EXERCISE: Start at the line in the entries below that contains "f 565 568 330", stop at the line that contains "f 295 505 542", and output exactly the lines in that span, both ends included.

DATASET EXTRACT:
◆ ◆ ◆ ◆ ◆

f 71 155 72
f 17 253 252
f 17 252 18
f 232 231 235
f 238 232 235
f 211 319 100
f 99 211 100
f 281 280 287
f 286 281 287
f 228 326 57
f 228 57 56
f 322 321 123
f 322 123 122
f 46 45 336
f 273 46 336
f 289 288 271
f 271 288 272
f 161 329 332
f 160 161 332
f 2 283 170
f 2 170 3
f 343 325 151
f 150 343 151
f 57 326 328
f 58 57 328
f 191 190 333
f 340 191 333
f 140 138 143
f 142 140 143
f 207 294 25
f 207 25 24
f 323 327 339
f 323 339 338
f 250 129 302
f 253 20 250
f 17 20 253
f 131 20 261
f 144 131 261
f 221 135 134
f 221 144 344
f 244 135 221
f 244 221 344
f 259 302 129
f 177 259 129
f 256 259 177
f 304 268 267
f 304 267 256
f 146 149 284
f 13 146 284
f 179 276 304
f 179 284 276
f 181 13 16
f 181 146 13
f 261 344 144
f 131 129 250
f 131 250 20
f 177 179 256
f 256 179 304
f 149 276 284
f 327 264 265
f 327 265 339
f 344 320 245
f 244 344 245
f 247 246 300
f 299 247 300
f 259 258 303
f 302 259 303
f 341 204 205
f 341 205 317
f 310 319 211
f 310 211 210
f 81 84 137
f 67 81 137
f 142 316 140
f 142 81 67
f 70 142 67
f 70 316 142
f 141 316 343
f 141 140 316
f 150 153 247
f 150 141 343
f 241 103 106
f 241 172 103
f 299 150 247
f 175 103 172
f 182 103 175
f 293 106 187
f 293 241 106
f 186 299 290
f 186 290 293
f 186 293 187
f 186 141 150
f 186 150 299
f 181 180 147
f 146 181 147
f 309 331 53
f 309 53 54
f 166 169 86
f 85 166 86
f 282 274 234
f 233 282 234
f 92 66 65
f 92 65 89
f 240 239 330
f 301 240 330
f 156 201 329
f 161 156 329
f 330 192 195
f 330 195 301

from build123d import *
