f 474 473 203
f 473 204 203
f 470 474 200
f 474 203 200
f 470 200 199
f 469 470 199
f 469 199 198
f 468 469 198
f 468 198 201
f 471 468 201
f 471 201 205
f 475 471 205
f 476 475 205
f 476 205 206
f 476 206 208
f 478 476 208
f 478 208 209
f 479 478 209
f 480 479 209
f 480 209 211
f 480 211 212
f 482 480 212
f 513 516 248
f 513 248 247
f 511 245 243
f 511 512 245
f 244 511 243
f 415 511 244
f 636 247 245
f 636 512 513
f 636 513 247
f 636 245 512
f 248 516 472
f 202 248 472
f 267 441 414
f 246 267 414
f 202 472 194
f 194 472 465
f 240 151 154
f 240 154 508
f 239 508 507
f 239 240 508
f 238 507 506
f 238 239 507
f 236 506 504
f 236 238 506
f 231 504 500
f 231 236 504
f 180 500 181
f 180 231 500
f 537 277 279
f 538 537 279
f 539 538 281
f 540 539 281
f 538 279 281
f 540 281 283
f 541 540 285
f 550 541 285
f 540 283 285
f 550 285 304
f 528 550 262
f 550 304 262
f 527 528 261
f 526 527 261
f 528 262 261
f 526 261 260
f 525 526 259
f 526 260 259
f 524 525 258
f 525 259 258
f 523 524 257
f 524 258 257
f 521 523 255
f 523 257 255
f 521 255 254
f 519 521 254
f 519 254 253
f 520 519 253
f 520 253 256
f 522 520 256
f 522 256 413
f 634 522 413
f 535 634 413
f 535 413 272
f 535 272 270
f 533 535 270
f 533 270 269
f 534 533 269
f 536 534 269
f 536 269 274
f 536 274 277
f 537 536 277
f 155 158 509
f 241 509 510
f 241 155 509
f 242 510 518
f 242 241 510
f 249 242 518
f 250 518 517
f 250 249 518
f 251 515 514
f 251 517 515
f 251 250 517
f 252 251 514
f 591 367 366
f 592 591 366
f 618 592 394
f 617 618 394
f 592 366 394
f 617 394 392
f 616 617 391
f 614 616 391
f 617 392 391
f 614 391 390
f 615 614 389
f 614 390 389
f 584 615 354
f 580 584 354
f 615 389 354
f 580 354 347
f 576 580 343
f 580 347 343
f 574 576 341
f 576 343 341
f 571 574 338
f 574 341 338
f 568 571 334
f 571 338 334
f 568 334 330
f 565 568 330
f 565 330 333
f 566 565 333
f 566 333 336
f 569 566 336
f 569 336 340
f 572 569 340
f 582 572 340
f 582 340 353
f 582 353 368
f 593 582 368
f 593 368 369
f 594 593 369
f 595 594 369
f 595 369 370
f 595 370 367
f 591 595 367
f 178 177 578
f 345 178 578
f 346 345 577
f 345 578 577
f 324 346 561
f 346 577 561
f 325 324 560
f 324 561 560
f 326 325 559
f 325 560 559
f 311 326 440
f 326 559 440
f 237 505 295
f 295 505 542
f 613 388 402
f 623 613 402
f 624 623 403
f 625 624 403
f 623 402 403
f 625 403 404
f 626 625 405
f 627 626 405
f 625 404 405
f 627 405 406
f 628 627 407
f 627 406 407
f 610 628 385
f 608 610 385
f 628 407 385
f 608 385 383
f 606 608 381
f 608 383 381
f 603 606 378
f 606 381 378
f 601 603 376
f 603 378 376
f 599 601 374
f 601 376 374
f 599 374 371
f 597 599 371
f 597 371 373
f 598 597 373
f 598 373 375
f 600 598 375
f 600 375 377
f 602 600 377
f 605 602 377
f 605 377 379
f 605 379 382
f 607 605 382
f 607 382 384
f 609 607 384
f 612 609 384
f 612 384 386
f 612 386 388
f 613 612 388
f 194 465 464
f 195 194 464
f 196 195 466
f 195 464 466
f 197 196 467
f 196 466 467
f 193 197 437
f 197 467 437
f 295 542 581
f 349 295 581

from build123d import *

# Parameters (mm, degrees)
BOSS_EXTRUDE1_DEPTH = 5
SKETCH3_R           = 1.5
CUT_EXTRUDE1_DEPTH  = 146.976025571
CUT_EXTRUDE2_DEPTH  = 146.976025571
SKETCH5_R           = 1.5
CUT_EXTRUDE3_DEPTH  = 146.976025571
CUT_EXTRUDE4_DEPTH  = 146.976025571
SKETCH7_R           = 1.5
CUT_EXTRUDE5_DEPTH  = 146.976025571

◆ ◆ ◆ ◆ ◆

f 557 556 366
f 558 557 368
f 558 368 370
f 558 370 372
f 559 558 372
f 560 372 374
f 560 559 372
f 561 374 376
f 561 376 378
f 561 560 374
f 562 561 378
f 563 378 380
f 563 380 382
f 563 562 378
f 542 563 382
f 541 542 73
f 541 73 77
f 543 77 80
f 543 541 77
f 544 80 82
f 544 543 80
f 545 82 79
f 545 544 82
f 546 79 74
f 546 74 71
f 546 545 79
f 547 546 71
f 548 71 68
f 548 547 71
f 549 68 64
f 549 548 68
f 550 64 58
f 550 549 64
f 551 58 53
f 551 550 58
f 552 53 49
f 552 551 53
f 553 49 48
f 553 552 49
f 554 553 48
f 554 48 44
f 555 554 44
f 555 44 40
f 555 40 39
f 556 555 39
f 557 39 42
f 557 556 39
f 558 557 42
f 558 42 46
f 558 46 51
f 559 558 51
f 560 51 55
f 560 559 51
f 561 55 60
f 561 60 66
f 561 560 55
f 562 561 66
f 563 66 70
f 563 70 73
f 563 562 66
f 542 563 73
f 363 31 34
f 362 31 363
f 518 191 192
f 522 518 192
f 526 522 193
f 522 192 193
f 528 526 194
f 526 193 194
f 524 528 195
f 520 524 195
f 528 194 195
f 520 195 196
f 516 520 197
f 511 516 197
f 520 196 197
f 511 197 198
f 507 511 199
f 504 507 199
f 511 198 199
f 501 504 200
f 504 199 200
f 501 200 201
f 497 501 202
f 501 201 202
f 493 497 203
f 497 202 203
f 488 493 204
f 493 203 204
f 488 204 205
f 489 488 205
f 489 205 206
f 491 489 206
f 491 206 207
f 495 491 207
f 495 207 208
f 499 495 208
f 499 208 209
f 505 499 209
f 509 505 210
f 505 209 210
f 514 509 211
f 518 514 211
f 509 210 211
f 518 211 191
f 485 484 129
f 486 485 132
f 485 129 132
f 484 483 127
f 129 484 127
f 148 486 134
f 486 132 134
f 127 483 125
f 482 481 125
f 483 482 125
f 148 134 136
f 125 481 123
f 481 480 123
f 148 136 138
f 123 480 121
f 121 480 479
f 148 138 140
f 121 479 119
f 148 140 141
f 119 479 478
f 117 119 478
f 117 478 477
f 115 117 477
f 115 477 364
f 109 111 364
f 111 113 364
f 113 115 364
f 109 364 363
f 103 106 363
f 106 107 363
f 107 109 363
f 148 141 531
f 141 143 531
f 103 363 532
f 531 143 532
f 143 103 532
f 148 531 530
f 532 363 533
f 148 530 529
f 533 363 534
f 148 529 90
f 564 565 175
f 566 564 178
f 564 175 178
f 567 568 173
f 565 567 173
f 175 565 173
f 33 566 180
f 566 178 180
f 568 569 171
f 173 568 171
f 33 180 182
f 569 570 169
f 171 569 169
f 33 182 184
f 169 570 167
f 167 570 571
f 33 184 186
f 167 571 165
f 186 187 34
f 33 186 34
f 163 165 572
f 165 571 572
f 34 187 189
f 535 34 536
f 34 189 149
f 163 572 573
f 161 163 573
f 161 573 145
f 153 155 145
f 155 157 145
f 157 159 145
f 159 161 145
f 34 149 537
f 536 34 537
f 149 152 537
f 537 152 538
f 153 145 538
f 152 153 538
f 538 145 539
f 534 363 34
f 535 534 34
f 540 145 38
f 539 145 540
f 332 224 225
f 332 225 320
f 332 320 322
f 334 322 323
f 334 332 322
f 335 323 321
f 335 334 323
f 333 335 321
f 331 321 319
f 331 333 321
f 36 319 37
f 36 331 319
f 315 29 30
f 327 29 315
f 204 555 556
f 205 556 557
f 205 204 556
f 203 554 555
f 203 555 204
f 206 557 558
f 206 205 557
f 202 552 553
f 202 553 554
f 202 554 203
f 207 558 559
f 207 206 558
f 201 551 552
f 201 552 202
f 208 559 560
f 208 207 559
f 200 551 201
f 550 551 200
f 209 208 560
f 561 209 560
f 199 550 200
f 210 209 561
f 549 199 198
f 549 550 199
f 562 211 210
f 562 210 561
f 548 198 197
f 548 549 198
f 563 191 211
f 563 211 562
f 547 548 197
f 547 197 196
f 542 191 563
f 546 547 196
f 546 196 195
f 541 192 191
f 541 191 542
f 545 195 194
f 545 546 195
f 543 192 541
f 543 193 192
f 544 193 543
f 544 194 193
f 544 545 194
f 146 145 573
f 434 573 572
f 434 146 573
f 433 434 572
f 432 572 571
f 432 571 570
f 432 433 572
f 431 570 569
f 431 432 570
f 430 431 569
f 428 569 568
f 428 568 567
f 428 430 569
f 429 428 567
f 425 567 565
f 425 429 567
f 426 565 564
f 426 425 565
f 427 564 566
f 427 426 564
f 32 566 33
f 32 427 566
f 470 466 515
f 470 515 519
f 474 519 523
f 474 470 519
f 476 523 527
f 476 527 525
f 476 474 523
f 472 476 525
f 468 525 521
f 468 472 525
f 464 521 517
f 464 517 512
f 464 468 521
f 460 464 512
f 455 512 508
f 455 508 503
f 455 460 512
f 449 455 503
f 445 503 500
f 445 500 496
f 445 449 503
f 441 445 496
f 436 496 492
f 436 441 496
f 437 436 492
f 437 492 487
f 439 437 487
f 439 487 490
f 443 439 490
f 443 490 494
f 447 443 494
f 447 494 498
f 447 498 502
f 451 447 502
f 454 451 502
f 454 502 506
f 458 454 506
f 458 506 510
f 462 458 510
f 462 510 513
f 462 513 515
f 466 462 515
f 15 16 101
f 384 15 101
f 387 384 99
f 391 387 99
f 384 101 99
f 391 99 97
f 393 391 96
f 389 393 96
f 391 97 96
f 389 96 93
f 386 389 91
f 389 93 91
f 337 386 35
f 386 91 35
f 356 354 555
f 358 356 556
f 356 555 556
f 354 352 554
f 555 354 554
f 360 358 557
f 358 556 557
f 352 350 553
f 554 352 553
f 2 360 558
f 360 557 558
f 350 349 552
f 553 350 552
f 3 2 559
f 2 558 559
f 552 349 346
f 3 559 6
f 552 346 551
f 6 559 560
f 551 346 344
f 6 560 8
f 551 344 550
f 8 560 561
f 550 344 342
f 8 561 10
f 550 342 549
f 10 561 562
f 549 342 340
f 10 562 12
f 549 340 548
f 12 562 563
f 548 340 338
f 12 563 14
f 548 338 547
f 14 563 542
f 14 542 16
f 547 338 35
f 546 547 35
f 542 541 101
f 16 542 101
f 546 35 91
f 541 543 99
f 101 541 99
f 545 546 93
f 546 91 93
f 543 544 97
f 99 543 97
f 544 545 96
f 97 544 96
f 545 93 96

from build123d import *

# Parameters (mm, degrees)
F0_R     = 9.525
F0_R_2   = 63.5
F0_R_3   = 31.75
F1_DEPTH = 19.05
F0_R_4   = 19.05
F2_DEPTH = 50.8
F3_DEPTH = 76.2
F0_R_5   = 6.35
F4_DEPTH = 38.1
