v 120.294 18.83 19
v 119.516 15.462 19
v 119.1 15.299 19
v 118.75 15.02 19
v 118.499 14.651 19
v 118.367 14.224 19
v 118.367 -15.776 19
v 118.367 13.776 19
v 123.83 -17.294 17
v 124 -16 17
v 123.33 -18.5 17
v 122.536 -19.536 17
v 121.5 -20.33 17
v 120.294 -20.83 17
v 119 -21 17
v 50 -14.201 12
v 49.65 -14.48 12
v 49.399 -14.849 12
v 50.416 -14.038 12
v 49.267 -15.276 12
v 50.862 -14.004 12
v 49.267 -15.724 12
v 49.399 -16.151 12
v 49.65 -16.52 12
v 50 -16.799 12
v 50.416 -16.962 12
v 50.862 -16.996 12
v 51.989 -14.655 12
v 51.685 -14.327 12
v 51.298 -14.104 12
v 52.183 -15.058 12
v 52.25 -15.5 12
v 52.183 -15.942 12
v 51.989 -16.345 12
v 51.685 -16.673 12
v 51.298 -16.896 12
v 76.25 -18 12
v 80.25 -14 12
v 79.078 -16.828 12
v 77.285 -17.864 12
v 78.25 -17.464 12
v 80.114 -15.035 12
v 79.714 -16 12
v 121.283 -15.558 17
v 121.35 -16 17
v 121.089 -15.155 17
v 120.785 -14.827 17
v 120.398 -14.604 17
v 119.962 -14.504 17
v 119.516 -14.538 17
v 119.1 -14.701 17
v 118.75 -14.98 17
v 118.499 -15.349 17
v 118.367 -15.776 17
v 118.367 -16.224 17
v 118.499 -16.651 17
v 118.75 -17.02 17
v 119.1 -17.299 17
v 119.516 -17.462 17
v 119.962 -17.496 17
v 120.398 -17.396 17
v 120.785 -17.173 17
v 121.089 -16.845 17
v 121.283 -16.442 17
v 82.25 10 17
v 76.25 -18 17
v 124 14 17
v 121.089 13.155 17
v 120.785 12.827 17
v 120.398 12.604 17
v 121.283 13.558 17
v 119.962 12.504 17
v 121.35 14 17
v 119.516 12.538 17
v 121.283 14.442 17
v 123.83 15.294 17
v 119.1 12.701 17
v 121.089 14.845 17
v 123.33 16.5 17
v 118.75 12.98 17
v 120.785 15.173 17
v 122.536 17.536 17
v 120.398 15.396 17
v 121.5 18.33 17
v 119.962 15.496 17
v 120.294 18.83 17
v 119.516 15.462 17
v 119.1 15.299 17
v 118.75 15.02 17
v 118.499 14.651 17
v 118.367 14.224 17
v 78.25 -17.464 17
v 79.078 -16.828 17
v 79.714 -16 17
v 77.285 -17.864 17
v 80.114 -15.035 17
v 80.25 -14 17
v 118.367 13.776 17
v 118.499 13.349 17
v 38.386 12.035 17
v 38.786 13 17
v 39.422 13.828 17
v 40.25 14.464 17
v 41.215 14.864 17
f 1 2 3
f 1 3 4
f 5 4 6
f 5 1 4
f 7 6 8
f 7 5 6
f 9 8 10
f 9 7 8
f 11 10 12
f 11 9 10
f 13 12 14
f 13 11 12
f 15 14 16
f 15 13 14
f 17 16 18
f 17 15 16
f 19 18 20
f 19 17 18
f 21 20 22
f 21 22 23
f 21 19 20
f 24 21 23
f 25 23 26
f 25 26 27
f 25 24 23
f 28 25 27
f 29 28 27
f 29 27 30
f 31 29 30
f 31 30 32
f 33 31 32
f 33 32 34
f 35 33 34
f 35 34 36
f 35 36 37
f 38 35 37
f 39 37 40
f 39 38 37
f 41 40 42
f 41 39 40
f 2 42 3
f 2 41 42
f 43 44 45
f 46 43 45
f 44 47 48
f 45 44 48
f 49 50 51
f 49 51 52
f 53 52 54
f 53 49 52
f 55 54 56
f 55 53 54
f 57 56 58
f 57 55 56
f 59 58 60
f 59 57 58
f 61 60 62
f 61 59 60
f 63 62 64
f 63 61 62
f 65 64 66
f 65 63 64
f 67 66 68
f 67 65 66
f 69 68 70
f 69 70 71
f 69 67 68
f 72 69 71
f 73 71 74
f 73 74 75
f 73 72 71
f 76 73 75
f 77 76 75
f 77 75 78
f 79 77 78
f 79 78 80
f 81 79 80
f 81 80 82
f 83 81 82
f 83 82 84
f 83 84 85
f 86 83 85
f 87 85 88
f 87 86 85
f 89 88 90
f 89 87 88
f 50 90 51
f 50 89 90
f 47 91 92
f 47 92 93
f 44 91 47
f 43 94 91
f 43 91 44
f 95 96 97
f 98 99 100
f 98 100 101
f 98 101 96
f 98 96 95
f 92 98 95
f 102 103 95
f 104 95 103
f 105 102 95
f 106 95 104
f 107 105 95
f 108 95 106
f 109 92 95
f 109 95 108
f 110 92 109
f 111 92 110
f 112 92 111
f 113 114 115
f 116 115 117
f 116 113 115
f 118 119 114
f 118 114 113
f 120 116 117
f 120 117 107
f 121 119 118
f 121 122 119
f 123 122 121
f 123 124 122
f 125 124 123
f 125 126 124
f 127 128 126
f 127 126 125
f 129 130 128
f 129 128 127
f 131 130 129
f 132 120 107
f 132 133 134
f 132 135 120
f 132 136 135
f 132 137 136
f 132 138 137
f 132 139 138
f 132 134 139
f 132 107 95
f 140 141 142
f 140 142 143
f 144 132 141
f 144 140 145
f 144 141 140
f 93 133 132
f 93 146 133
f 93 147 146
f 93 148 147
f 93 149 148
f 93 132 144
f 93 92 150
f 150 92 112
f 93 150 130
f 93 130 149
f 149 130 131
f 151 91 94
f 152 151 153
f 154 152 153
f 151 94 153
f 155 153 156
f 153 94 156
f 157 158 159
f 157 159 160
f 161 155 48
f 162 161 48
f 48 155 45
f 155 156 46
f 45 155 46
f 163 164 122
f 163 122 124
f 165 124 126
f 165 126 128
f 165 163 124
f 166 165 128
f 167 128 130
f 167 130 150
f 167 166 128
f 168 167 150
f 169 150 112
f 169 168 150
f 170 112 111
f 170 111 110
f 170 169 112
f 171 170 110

◆ ◆ ◆ ◆ ◆

EXPECTED ANSWER:
f 565 568 330
f 565 330 333
f 566 565 333
f 566 333 336
f 569 566 336
f 569 336 340
f 572 569 340
f 582 572 340
f 582 340 353
f 582 353 368
f 593 582 368
f 593 368 369
f 594 593 369
f 595 594 369
f 595 369 370
f 595 370 367
f 591 595 367
f 178 177 578
f 345 178 578
f 346 345 577
f 345 578 577
f 324 346 561
f 346 577 561
f 325 324 560
f 324 561 560
f 326 325 559
f 325 560 559
f 311 326 440
f 326 559 440
f 237 505 295
f 295 505 542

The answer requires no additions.